A three-dimensional (3D) ray-tracing model was proposed by Nyeinga et al. [4] for evaluating solar flux distribution of a small-scale solar dish concentrator for cooking purposes. They developed an algorithm for ray-tracing using Matlab and analyzed flux distribution for a continuous reflecting surface and flat mirror-tiled surface. For a continuous reflecting surface, a ray gets concentrated on a small area with high flux intensity, while a reflector with mirror tiles, an enlarged image centered on the focal point, was formed with low flux intensity.

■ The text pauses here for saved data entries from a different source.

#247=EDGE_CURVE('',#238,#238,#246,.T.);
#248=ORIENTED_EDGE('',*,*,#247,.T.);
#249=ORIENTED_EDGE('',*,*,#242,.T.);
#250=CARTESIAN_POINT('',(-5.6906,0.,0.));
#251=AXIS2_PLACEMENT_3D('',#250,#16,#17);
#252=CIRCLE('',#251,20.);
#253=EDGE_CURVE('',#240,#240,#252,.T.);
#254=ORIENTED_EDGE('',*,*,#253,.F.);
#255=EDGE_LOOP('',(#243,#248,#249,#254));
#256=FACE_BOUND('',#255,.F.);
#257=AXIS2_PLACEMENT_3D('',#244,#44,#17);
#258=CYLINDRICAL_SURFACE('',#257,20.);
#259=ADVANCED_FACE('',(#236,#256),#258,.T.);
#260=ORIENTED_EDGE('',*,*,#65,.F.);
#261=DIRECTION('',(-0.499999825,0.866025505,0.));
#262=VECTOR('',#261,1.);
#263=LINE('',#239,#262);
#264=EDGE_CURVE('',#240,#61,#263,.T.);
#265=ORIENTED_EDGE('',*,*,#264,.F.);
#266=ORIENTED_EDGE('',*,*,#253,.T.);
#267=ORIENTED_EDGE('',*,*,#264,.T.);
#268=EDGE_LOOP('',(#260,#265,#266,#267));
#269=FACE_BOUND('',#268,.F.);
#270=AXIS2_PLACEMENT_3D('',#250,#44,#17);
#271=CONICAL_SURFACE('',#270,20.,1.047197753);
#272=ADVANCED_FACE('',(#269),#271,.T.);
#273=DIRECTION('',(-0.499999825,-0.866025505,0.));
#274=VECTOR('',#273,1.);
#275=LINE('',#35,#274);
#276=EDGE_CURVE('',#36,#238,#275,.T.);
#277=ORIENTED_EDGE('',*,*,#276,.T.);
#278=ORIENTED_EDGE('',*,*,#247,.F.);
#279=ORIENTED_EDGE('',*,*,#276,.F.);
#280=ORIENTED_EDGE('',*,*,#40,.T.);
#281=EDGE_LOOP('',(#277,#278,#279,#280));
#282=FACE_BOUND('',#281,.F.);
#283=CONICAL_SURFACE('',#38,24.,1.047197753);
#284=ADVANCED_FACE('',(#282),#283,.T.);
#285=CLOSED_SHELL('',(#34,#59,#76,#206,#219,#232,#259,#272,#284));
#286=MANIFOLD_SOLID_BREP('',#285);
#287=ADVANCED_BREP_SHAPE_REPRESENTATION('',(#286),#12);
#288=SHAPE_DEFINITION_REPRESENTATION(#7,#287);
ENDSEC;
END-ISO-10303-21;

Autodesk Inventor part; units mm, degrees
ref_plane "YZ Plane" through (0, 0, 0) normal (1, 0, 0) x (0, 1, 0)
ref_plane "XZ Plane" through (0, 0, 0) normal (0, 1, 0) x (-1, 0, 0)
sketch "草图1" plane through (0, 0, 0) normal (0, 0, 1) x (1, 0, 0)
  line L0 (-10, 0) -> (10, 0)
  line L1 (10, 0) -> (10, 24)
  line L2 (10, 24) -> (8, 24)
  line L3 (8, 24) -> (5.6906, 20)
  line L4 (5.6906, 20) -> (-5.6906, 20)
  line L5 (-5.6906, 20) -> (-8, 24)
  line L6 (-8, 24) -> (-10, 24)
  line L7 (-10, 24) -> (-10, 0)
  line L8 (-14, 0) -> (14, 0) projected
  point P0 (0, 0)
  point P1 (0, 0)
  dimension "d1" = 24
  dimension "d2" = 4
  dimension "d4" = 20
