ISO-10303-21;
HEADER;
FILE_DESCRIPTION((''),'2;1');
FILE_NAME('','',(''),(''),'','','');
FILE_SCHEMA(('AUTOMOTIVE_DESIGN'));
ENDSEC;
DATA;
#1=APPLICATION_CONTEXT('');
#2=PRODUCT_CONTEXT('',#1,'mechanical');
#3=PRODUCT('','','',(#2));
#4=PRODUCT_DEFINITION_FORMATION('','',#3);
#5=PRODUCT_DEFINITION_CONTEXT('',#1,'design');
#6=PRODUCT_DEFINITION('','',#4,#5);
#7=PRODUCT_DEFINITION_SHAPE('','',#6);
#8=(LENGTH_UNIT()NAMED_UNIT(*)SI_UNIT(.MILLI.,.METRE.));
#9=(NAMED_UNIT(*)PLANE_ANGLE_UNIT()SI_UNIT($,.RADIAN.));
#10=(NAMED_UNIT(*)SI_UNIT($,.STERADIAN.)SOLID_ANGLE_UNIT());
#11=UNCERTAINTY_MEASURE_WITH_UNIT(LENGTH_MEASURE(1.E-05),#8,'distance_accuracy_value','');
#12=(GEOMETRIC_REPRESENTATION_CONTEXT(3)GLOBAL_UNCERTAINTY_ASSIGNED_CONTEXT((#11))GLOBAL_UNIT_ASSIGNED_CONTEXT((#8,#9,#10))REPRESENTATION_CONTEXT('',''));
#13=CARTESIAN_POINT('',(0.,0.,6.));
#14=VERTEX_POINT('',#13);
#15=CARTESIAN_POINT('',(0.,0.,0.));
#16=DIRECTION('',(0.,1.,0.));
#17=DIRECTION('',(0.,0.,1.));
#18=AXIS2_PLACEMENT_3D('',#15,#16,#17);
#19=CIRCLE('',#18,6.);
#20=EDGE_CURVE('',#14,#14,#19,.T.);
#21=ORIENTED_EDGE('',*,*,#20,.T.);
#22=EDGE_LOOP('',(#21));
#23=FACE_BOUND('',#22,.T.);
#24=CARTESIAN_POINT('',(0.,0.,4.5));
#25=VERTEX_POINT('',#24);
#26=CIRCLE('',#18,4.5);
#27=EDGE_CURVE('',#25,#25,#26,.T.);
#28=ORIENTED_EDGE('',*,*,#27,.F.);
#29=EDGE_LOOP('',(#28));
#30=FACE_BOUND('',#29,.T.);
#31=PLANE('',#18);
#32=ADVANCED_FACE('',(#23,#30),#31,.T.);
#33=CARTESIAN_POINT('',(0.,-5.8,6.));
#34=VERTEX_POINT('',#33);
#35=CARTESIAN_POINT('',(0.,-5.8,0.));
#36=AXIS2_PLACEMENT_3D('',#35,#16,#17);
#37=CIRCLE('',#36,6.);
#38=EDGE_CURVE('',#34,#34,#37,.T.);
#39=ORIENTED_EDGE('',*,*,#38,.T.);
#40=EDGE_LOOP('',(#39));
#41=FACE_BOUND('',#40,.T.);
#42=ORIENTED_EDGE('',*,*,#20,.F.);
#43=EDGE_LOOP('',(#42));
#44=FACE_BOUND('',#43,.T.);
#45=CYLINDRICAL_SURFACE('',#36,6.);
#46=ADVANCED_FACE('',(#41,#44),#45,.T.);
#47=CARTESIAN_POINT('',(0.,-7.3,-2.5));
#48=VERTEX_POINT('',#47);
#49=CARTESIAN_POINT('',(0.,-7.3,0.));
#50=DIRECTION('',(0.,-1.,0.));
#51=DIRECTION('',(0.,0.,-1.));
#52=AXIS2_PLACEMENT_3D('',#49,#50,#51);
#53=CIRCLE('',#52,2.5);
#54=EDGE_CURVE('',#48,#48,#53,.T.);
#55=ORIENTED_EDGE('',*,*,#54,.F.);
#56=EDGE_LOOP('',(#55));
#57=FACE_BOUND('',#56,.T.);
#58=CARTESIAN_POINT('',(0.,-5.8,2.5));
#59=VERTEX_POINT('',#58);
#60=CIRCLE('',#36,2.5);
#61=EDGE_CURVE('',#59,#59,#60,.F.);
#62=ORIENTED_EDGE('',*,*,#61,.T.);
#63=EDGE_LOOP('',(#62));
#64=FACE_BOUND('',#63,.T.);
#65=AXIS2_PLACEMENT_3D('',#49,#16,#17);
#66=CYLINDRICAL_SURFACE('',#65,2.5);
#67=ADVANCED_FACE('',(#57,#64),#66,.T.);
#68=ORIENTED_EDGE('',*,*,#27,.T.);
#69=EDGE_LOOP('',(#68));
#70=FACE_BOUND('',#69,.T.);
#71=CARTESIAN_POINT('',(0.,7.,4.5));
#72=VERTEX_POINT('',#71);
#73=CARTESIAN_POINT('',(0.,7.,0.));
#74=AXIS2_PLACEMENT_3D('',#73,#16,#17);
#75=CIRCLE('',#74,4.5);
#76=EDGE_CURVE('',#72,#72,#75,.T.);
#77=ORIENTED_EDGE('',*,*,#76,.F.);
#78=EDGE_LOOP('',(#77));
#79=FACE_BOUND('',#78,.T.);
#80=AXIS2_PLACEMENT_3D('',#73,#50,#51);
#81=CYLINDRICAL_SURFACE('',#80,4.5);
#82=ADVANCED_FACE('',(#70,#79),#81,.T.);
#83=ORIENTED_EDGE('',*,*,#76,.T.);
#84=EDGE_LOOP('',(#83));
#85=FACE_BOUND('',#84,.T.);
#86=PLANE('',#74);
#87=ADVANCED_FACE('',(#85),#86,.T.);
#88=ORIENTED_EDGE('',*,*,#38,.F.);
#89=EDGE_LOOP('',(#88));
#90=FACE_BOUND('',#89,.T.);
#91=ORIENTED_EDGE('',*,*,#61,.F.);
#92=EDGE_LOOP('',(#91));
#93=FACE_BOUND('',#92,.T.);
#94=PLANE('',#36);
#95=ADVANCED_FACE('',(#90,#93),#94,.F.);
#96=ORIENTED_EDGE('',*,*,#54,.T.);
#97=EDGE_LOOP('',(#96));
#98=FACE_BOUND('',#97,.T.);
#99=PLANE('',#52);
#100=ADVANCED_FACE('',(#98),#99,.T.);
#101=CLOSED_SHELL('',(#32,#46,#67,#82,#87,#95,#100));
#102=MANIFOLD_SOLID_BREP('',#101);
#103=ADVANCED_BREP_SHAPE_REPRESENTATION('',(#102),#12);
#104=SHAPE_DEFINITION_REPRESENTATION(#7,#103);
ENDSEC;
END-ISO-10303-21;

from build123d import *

# Parameters (mm, degrees)
SKETCH1_R           = 6
BOSS_EXTRUDE2_DEPTH = 5.8
SKETCH5_R           = 4.5
BOSS_EXTRUDE3_DEPTH = 7
SKETCH6_R           = 2.5
BOSS_EXTRUDE4_DEPTH = 1.5


with BuildPart() as part:
    # Sketch1 → Boss-Extrude2 (new body)
    with BuildSketch(Plane(origin=(0, 0, 0), x_dir=(1, 0, 0), z_dir=(0, 1, 0))):
        Circle(SKETCH1_R)
    extrude(amount=-BOSS_EXTRUDE2_DEPTH)

    # Sketch5 → Boss-Extrude3 (add)
    with BuildSketch(Plane(origin=(0, 0, 0), x_dir=(-1, 0, 0), z_dir=(0, 1, 0))):
        Circle(SKETCH5_R)
    extrude(amount=BOSS_EXTRUDE3_DEPTH)

    # Sketch6 → Boss-Extrude4 (add)
    with BuildSketch(Plane.XZ.offset(5.8)):
        Circle(SKETCH6_R)
    extrude(amount=BOSS_EXTRUDE4_DEPTH)


solid = part.part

Zhang et al. [5] conducted a comprehensive study on the effects of truncation positions of a new type of truncated compound parabolic concentrator (CPC) to investigate the optical performance, temperature distribution of PV, energy, and exergy efficiencies of concentrating photovoltaic and thermal systems. Based on direct absorption collection, Zhang et al. [6] presented a novel spectral splitting concentrating photovoltaic/thermal prototype. The concentrator is a truncated CPC by eliminating solar radiation’s multiple reflections (EMR). The radiation transfer model was established based on the incidence angle distribution of the solar irradiance illuminating on the filter at the outlet aperture of the EMR concentrator.

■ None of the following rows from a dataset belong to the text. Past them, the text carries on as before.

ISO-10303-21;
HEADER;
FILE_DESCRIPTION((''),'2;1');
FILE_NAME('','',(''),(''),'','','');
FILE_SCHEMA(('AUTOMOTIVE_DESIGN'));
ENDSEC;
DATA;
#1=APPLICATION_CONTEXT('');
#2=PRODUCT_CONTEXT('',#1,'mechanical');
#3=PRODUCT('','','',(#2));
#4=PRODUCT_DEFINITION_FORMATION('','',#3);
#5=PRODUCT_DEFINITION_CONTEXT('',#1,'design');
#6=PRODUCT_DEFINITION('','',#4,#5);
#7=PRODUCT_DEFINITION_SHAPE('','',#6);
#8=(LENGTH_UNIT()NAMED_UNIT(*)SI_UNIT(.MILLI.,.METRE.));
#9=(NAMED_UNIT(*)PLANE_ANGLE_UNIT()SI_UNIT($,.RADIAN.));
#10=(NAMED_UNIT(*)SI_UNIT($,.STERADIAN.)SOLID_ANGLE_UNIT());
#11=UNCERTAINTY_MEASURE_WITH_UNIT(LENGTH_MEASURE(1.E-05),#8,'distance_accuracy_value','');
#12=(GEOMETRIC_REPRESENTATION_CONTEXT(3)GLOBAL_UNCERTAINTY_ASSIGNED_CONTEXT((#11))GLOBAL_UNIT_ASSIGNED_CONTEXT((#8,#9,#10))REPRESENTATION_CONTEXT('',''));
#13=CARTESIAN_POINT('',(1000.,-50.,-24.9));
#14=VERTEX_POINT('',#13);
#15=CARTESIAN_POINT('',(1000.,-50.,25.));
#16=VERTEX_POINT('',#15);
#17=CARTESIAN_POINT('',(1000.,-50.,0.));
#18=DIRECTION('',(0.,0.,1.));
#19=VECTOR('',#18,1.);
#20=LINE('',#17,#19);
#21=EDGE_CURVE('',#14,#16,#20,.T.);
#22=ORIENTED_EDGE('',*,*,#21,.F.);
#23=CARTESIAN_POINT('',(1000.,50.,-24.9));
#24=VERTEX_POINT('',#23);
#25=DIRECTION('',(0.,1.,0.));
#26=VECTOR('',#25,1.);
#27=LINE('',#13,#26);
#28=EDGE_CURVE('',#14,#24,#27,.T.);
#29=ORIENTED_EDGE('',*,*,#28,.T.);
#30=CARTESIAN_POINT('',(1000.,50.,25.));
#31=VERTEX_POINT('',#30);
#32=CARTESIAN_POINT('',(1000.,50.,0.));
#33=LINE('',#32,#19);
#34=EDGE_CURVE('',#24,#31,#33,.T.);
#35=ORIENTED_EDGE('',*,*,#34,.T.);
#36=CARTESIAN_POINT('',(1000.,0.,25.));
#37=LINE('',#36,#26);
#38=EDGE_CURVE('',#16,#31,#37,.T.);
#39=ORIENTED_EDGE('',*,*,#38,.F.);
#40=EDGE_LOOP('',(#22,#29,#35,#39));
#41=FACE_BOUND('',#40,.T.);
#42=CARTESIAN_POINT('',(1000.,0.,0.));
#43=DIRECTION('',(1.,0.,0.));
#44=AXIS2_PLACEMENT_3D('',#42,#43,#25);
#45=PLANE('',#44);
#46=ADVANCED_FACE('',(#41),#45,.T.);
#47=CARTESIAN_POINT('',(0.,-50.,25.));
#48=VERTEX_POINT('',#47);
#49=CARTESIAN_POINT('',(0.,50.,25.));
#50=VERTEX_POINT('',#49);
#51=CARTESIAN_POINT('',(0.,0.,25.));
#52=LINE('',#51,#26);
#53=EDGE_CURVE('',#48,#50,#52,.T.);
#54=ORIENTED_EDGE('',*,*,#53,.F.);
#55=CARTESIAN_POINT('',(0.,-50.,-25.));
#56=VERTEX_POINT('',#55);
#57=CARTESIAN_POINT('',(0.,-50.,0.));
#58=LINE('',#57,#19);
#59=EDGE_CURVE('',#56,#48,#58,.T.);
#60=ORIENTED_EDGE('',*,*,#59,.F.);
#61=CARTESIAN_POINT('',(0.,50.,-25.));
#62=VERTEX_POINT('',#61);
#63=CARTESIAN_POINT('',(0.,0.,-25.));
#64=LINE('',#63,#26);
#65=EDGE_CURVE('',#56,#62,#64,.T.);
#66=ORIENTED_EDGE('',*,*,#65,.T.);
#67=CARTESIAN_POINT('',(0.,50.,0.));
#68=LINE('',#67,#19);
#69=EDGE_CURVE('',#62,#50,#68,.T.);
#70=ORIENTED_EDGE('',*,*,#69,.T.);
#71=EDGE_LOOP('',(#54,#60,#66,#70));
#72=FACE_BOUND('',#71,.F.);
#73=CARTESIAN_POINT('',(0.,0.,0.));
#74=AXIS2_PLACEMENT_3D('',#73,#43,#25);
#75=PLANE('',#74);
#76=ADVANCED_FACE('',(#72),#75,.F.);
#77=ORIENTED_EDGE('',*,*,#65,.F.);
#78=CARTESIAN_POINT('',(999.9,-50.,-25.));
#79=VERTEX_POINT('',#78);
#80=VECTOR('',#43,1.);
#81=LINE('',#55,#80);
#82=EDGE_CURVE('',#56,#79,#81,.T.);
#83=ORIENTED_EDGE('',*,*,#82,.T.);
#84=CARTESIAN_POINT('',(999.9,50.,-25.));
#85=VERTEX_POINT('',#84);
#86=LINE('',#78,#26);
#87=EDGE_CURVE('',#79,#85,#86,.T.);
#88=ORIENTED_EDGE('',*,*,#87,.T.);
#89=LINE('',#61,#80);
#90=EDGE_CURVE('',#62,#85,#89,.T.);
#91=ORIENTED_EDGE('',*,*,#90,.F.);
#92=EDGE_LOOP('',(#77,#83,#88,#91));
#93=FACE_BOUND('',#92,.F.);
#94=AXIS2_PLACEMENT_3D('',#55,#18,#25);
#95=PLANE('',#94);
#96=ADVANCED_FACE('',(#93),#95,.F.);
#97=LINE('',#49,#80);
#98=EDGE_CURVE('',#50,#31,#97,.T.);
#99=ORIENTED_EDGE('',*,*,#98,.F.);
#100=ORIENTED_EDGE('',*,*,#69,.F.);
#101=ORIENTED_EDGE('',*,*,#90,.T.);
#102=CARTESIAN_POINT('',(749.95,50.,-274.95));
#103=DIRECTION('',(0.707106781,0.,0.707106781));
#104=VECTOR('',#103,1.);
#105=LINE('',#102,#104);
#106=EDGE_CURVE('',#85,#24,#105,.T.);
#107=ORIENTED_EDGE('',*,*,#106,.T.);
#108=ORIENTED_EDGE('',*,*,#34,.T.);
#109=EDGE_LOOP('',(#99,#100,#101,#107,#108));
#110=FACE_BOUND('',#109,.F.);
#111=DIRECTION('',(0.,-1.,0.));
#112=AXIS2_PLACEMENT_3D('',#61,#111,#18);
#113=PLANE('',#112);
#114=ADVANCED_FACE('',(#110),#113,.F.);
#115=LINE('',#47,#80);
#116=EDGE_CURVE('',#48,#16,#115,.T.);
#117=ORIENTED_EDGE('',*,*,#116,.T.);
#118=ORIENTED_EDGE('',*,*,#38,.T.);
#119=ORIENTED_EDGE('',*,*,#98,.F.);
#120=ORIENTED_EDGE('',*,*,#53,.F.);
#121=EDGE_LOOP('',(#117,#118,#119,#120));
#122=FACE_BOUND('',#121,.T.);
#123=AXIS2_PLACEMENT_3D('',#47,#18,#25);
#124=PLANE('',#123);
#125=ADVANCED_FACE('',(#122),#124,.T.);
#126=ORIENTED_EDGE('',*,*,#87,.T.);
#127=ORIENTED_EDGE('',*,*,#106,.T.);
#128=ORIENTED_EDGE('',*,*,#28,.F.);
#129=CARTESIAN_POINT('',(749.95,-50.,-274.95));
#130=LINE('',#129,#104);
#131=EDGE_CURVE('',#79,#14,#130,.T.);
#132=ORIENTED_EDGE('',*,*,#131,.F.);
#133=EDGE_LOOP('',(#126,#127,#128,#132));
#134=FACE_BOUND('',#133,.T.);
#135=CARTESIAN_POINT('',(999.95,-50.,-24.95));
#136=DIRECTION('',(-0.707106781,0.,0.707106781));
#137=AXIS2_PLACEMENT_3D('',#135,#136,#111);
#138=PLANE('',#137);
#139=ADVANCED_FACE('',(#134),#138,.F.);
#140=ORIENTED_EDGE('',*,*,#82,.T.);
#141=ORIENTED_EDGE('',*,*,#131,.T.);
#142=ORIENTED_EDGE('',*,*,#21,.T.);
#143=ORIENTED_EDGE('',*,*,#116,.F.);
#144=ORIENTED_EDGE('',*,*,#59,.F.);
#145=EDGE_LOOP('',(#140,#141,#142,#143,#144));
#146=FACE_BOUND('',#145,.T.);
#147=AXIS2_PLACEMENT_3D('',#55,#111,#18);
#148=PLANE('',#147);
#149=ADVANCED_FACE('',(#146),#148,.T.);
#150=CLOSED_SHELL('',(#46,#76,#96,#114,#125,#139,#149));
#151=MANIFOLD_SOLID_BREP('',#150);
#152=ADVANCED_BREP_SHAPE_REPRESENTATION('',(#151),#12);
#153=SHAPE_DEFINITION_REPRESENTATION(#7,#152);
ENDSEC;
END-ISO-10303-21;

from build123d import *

# Parameters (mm, degrees)
F0_W     = 100
F0_H     = 50
F1_DEPTH = 1000
F2_SIZE  = 0.1


with BuildPart() as f1:
    # F0 (on Right) → F1 (new body)
    with BuildSketch(Plane.YZ):
        Rectangle(F0_W, F0_H)
    extrude(amount=F1_DEPTH)

    # F2
    f2_edges = [f1.edges().sort_by_distance(p)[0] for p in [
        (1000, 0, -25),
    ]]
    chamfer(f2_edges, length=F2_SIZE)


solid = f1.part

Aggrey et al. [18] numerically investigated a parabolic trough receiver tube’s heat flux and temperature distribution. The heat flux was estimated through Monte Carlo ray tracing and coupled with computational fluid dynamics (CFD) for heat transfer analysis in the receiver. In particular, they examine the effect of rim angle, concentration ratio, fluid temperature, and Reynolds number on temperature distribution at an absorber tube.

Zhao et al. [19] also performed a simulation of heat flux distribution on an absorber surface of parabolic trough collector (PTC) considering the effect of non-parallelism of solar rays with cone optics, geometric concentrating ratio, rim angle, the transmittance of the glass tube, the reflectivity of the glass tube, absorption of the absorber tube, and reflectivity of the parabolic trough mirror. Furthermore, a numerical investigation on the impact of slope errors and specularity errors on the thermal performance of a solar parabolic trough collector system was studied by Aggrey et al. [20]. Wang et al. [21] conducted a review on sun shape ad slope error modeling approaches in MCRT for concentrated solar power systems. They used six optical modeling tools, including Tonatiuh, SolTrace, Tracer, Solstice, Heliosim, and Solarpilot, to develop a sun shape and surface slope error model.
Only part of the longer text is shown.